The FPKM values for the genes are a sum of the FPKM values found for transcripts of that gene... so I guess you could expect differing values come from the difference in transcripts and the reads/fragments covering them.

To test I would look at the transcripts FPKM values for each gene that have the same loci.

Quote:

Originally Posted by davidblaney (Post 121030)

The FPKM values for the genes are a sum of the FPKM values found for transcripts of that gene... so I guess you could expect differing values come from the difference in transcripts and the reads/fragments covering them.

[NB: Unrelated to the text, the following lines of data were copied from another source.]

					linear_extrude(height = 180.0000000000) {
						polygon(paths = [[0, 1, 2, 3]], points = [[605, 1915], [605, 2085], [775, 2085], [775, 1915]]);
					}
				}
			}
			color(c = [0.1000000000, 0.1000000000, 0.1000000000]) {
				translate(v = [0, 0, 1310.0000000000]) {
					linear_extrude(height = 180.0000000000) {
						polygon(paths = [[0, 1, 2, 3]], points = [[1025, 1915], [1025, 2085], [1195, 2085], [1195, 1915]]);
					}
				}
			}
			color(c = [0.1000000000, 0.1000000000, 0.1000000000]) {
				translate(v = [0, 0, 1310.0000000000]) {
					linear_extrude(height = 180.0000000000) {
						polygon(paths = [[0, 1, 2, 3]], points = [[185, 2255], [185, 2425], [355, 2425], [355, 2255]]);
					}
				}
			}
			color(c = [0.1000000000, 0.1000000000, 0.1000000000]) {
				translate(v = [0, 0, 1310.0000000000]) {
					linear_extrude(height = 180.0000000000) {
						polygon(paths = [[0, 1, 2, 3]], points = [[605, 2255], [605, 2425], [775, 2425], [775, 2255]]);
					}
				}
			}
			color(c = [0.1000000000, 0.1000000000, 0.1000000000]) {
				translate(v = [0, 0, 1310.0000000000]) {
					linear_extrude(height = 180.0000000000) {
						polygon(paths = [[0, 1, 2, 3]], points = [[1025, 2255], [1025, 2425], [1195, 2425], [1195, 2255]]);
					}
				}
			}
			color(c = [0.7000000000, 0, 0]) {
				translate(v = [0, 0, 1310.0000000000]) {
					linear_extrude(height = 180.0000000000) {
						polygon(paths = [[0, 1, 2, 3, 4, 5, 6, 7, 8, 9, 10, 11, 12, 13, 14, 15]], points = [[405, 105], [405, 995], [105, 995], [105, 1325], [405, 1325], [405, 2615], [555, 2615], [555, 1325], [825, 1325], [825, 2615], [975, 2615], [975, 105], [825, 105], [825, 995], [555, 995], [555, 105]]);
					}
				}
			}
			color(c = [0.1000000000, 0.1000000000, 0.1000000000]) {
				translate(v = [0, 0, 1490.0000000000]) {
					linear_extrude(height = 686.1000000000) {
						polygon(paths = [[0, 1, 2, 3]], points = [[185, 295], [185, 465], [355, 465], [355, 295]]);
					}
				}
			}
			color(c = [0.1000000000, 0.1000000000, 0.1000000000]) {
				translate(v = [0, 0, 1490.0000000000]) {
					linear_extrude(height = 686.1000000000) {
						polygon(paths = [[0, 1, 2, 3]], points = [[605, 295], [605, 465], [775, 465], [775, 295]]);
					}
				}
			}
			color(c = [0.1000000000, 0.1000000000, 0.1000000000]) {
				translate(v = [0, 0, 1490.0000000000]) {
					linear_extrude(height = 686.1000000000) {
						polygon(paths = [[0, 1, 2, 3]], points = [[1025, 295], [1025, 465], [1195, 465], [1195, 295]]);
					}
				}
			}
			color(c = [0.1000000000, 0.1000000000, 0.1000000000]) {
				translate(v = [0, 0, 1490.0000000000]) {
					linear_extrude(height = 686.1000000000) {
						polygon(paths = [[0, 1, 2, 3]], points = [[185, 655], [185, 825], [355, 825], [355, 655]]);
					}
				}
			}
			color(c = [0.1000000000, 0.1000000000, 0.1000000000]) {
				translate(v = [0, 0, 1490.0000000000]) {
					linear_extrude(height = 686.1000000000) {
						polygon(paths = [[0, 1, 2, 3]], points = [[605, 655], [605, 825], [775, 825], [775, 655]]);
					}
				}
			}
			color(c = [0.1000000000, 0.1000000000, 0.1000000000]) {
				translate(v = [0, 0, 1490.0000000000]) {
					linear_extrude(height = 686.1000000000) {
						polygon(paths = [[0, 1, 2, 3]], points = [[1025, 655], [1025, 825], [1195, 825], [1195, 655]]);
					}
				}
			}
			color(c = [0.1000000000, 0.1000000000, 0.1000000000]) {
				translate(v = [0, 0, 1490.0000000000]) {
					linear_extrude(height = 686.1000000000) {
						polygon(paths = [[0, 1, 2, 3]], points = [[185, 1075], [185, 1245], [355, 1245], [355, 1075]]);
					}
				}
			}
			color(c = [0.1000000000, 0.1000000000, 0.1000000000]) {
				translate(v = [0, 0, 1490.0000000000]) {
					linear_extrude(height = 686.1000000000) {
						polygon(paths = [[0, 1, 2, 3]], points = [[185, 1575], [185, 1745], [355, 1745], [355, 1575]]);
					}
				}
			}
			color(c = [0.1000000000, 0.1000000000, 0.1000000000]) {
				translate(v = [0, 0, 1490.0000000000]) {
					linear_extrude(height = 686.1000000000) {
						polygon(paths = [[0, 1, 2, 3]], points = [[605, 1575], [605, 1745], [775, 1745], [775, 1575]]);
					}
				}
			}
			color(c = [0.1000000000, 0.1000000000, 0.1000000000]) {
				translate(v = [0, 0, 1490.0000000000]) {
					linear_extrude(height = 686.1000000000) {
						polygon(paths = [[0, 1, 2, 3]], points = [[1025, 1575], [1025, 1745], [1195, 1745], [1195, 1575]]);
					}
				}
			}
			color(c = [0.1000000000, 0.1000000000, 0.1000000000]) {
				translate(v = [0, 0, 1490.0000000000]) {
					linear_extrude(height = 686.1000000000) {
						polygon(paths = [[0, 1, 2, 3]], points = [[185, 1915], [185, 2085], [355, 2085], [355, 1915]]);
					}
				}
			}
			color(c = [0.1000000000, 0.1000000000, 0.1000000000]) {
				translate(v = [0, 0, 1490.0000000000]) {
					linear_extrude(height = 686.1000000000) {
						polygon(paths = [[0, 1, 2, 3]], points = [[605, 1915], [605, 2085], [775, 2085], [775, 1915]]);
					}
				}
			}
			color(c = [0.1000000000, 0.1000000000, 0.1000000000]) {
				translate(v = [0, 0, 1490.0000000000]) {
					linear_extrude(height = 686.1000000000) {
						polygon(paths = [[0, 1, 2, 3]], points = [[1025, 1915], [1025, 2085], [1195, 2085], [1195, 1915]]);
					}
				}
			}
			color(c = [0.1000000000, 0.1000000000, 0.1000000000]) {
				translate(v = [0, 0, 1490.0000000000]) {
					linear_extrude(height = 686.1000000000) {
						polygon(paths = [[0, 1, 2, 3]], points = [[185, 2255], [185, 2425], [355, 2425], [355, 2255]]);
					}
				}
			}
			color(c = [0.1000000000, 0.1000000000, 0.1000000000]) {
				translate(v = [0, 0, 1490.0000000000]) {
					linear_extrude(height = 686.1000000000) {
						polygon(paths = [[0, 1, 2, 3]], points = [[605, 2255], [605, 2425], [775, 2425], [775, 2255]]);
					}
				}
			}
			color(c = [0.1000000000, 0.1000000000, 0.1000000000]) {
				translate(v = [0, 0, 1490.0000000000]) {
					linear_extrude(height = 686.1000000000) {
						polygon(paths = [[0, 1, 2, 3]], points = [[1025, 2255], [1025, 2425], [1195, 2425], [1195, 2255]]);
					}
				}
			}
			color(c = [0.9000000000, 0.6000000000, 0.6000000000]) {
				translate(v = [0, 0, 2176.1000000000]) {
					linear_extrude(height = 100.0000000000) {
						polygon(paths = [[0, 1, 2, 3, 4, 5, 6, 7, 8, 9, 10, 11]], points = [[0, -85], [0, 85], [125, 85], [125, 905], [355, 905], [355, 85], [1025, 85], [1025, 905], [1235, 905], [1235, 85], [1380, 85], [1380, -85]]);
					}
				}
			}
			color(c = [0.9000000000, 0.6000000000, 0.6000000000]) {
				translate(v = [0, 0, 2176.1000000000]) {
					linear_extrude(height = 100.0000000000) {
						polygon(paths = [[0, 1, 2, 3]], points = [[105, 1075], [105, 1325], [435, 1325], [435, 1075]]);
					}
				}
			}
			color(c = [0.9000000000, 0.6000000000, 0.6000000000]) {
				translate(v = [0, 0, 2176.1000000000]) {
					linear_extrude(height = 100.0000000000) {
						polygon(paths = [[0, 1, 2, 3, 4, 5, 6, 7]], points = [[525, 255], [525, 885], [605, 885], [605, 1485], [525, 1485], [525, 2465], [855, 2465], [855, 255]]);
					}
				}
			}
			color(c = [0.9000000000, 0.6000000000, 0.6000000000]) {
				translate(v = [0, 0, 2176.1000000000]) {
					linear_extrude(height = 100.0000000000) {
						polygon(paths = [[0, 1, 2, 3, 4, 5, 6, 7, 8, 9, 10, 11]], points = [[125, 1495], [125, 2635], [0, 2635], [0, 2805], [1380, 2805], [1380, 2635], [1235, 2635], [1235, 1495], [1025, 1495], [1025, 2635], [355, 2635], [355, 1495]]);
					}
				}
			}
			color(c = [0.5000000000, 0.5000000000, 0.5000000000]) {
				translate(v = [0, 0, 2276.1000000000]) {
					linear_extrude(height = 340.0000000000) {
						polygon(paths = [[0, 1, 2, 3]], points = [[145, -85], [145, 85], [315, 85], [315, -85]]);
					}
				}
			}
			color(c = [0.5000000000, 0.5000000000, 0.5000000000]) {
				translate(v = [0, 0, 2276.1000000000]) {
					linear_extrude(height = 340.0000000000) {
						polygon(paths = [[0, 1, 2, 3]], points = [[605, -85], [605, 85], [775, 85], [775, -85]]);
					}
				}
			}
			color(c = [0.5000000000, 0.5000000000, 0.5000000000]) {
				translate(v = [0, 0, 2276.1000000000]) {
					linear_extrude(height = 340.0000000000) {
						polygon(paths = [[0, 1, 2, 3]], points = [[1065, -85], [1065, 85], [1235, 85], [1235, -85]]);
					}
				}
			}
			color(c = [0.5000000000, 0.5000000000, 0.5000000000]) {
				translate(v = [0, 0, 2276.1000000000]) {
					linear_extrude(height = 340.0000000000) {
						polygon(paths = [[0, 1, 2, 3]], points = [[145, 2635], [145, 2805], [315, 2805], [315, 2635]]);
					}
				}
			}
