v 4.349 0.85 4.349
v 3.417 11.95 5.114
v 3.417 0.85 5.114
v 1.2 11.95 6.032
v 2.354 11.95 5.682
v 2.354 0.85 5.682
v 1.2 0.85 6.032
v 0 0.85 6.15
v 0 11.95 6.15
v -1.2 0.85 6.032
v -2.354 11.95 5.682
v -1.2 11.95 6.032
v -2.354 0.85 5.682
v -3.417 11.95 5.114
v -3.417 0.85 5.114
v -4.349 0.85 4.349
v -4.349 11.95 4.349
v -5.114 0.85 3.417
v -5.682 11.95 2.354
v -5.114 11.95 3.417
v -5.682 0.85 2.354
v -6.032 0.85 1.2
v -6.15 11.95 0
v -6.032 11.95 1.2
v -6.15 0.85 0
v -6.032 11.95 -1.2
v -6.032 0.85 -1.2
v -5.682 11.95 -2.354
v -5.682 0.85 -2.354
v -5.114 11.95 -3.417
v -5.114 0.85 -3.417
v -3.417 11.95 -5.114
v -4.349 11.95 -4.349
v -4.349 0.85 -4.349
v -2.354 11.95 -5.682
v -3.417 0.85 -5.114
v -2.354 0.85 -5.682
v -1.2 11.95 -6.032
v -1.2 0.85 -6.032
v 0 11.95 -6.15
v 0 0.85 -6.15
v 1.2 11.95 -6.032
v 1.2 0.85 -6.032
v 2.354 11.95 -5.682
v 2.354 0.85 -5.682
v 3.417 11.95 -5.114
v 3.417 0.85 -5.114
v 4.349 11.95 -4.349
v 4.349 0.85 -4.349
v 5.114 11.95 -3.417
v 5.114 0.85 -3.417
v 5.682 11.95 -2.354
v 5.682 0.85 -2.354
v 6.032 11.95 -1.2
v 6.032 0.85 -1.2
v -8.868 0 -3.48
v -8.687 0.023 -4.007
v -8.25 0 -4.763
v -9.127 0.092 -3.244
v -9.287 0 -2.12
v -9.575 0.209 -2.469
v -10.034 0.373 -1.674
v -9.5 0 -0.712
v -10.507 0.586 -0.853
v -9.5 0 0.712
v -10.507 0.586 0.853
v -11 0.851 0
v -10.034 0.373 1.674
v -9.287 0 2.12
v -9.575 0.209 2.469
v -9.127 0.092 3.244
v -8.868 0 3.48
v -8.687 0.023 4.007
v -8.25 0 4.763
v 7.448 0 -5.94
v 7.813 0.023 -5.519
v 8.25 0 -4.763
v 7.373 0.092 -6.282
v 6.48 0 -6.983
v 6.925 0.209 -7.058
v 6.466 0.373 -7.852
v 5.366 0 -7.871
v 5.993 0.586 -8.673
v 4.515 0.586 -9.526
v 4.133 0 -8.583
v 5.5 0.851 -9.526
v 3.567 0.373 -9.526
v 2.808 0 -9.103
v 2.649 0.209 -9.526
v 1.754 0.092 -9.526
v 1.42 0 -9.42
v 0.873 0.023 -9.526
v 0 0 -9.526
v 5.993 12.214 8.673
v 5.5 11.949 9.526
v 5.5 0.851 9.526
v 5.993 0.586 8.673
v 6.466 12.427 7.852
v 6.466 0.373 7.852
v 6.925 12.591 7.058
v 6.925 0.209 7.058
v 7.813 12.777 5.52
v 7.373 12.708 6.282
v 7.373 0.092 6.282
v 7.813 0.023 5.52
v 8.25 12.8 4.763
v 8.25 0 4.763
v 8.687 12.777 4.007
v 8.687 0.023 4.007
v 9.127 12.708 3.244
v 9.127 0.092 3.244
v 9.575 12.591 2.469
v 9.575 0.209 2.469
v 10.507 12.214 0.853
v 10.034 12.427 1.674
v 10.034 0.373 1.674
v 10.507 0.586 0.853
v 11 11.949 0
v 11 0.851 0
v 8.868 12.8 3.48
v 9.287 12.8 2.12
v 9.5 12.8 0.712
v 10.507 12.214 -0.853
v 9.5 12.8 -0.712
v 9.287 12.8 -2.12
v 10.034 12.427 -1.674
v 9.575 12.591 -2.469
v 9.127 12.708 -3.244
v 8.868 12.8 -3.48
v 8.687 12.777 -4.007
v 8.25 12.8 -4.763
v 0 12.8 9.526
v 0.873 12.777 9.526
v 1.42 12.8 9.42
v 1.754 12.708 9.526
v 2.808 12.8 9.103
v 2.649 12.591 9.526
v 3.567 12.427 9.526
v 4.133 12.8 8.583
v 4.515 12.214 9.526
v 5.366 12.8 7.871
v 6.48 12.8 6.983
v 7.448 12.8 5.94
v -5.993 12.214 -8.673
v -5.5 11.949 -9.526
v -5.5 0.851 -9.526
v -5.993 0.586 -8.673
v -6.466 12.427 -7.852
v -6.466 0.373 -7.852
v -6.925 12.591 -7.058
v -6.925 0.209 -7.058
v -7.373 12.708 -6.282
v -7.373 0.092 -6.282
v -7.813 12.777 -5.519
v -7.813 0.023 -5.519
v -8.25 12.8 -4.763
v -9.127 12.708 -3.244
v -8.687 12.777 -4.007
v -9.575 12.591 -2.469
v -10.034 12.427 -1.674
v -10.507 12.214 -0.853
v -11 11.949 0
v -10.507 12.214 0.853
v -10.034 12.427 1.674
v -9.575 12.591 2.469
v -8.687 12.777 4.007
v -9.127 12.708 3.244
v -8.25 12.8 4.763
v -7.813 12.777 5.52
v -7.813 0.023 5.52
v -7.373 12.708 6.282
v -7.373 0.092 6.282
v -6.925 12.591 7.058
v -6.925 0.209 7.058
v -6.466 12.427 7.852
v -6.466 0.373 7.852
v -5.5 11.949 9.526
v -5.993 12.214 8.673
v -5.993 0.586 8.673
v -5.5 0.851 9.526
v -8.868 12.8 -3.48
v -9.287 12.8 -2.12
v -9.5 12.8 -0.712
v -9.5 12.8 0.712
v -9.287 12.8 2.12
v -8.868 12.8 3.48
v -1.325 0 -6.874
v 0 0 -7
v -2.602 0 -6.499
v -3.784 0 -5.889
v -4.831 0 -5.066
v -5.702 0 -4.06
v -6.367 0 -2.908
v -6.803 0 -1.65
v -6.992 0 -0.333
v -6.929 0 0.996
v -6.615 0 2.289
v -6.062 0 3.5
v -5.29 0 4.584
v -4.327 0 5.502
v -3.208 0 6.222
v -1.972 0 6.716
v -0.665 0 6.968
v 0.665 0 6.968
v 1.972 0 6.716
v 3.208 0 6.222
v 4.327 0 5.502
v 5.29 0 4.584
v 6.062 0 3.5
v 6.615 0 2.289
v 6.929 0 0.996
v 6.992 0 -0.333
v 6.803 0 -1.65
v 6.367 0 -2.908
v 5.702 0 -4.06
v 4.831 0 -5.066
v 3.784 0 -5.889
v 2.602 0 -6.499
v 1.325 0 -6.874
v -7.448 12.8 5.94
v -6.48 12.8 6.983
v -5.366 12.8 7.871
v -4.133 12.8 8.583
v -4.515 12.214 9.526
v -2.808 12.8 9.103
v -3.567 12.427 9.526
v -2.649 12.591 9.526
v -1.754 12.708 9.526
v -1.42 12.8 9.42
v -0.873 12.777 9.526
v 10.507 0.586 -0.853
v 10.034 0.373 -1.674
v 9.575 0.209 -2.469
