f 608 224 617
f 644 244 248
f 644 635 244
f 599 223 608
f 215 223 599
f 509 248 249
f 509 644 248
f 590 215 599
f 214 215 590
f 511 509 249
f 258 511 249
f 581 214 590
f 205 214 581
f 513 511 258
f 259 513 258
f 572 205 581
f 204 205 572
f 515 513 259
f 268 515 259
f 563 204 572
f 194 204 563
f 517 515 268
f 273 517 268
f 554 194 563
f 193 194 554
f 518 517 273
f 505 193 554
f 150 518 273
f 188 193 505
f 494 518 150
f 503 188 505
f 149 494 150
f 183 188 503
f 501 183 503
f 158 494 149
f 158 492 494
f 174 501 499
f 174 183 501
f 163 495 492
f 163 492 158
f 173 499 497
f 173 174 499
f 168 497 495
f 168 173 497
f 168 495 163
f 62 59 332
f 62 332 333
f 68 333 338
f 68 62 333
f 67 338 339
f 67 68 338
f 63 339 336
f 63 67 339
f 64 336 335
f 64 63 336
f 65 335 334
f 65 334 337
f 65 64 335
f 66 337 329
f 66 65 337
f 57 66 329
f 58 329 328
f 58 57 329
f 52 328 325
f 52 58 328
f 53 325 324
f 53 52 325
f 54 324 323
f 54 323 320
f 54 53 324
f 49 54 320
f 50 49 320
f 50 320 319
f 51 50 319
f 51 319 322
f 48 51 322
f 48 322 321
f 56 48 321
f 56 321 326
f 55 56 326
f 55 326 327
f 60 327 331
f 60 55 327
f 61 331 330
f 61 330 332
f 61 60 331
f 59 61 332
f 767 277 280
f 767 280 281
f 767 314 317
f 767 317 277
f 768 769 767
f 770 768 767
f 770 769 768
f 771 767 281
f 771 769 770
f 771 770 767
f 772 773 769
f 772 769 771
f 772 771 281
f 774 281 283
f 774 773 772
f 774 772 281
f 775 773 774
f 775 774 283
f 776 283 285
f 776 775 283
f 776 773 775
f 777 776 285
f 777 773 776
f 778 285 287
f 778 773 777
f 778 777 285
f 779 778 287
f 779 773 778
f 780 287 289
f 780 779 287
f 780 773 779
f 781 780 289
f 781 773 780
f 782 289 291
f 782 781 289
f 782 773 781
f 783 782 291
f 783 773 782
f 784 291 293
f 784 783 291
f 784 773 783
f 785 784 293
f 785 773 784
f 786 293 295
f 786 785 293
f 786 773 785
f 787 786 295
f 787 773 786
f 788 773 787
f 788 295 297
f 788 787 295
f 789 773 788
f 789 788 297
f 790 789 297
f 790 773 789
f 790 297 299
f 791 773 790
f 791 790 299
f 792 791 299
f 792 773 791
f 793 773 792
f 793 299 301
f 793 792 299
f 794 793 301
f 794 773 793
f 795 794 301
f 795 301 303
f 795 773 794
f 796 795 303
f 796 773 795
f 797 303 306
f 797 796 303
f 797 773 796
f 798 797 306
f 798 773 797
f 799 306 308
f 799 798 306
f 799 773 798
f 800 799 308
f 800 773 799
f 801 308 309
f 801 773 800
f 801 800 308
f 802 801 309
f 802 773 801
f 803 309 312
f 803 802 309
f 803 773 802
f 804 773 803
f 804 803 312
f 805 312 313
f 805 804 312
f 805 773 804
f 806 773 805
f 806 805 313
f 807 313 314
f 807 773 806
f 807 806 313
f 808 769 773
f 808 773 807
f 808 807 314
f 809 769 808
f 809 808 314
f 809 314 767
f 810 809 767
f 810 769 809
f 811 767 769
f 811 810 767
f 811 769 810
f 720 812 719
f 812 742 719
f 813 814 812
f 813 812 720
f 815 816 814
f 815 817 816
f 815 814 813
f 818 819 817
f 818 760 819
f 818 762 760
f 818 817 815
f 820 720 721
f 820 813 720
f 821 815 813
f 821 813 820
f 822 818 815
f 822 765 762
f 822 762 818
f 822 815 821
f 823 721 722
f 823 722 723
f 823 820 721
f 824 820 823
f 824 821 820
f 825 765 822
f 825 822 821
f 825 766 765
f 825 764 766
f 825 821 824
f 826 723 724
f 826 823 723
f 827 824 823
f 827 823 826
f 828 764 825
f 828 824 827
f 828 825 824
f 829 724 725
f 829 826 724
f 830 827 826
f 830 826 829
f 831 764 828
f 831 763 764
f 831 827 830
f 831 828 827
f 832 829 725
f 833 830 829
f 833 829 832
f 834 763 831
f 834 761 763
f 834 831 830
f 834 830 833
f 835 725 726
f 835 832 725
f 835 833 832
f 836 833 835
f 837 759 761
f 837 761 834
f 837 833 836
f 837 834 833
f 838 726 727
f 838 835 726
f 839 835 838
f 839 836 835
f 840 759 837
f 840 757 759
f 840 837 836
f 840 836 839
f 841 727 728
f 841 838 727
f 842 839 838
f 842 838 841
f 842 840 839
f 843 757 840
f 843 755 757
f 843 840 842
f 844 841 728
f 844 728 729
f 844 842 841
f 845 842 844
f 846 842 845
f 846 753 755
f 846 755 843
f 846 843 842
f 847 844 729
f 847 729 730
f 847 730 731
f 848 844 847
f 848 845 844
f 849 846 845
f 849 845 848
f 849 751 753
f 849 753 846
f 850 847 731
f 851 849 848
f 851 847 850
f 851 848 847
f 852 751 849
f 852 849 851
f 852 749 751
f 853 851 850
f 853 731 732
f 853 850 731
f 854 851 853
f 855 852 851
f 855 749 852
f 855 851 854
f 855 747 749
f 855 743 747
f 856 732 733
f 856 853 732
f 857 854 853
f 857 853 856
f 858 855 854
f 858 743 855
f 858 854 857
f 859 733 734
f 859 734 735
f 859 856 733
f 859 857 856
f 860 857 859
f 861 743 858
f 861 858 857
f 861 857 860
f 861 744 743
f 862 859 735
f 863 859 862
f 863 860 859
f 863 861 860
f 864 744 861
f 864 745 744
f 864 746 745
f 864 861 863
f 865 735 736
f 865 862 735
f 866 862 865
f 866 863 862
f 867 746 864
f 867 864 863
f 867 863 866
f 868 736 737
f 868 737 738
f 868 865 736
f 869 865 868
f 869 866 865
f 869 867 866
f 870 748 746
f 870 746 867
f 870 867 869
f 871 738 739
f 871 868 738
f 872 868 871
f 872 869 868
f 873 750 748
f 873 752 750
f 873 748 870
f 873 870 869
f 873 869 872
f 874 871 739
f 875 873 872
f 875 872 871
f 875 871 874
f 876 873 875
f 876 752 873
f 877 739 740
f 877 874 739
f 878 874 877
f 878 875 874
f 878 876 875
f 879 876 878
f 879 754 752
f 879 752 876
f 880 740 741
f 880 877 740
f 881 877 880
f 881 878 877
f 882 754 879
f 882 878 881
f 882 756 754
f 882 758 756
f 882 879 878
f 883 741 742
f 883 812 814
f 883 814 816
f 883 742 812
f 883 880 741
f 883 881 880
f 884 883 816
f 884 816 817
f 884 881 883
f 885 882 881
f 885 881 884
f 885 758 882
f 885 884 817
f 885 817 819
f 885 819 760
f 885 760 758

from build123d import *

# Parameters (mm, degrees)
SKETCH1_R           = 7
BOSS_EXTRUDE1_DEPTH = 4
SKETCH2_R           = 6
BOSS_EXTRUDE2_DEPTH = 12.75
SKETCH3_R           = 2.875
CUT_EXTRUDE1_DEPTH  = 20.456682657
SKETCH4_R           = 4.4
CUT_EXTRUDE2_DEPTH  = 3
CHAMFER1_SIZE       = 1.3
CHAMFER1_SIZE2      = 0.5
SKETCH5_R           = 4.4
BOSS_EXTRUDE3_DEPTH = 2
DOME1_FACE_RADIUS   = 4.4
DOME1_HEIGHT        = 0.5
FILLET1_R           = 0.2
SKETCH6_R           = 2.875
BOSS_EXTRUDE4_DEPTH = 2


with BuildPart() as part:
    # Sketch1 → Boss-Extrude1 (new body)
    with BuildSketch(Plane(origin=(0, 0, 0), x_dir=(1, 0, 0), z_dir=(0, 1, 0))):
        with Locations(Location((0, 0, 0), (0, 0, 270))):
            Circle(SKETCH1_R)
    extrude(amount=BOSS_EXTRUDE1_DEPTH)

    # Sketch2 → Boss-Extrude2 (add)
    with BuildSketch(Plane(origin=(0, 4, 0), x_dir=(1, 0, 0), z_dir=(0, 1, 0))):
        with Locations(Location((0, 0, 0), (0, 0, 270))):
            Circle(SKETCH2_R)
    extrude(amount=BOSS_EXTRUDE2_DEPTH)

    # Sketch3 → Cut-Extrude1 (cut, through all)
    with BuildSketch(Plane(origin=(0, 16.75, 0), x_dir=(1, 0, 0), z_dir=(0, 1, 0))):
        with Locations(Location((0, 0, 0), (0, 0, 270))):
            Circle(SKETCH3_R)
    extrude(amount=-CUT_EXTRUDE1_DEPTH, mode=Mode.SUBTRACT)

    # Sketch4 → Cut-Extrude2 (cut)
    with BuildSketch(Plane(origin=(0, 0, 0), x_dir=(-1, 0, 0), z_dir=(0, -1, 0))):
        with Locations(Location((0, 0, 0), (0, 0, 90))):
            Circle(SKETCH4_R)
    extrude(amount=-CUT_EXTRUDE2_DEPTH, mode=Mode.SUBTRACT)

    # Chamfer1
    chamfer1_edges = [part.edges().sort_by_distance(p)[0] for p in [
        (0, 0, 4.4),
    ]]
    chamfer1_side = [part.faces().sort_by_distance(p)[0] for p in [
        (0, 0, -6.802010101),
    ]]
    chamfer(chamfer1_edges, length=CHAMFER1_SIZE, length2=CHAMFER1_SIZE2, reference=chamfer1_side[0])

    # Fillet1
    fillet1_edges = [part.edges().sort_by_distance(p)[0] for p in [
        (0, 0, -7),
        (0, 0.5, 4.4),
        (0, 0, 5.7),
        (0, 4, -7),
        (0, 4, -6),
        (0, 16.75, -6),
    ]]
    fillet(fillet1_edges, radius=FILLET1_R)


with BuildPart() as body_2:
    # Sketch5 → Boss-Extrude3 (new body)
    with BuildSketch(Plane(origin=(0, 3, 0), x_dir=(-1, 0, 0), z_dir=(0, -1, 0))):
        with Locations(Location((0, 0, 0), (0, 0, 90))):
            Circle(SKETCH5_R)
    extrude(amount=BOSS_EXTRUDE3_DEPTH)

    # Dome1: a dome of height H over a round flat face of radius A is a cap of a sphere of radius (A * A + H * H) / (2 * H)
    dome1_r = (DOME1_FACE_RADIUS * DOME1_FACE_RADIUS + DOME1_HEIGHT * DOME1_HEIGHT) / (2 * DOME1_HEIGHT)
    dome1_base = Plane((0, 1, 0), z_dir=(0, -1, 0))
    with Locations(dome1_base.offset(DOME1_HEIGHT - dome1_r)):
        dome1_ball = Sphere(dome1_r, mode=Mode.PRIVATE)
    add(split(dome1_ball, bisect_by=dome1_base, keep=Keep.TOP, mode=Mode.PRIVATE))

To test I would look at the transcripts FPKM values for each gene that have the same loci.

The FPKM values for multiple transcripts with identical coordinates are very different. Additonally, they can even be called significantly different between two samples and in different directions.

I stopped using cufflinks/cuffdiff 3 months ago as the latest version was producing implausible results. I would recommend using tophat2 + htseq-count + edgeR (or DESeq). I based my workflow on this nice tutorial: http://www-huber.embl.de/pub/pdf/nprot.2013.099.pdf

I agree with feralBiologist, but would switch to featureCounts instead of HTSeq-count for performance reasons (can be run multithreaded and does not require resorted SAM file).

Quote:

Originally Posted by rboettcher (Post 121135)

I agree with feralBiologist, but would switch to featureCounts instead of HTSeq-count for performance reasons (can be run multithreaded and does not require resorted SAM file).

Thanks for this suggestion. Have you checked whether HTSeq-count and featureCounts produce the same results? HTSeq-count supports certain counting models. Basically, the main issue is how to count reads that hit overlapping genes. I chose HTSeq-count because it is written by the author of DESeq and in the above paper has been "approved" also by the authors of edgeR. If featureCounts produces the same results than the switch would be painless but if there are differences than you need to look into the details.

EDIT: I realised that featureCounts is written by the authors of edgeR so it shall be straight-forward to substitute HTSeq-count. Thanks again to rboettcher.

Quote:

Originally Posted by feralBiologist (Post 121139)

I suggest to have a look a their manuscript on arXiv where the authors made such as comparison. From my experience both tools produce similar results, see http://arxiv.org/abs/1305.3347

EDIT: another nice feature is that fC outputs gene length, so computation of RPKM is straight forward.

I am going to try these new methods out, thanks.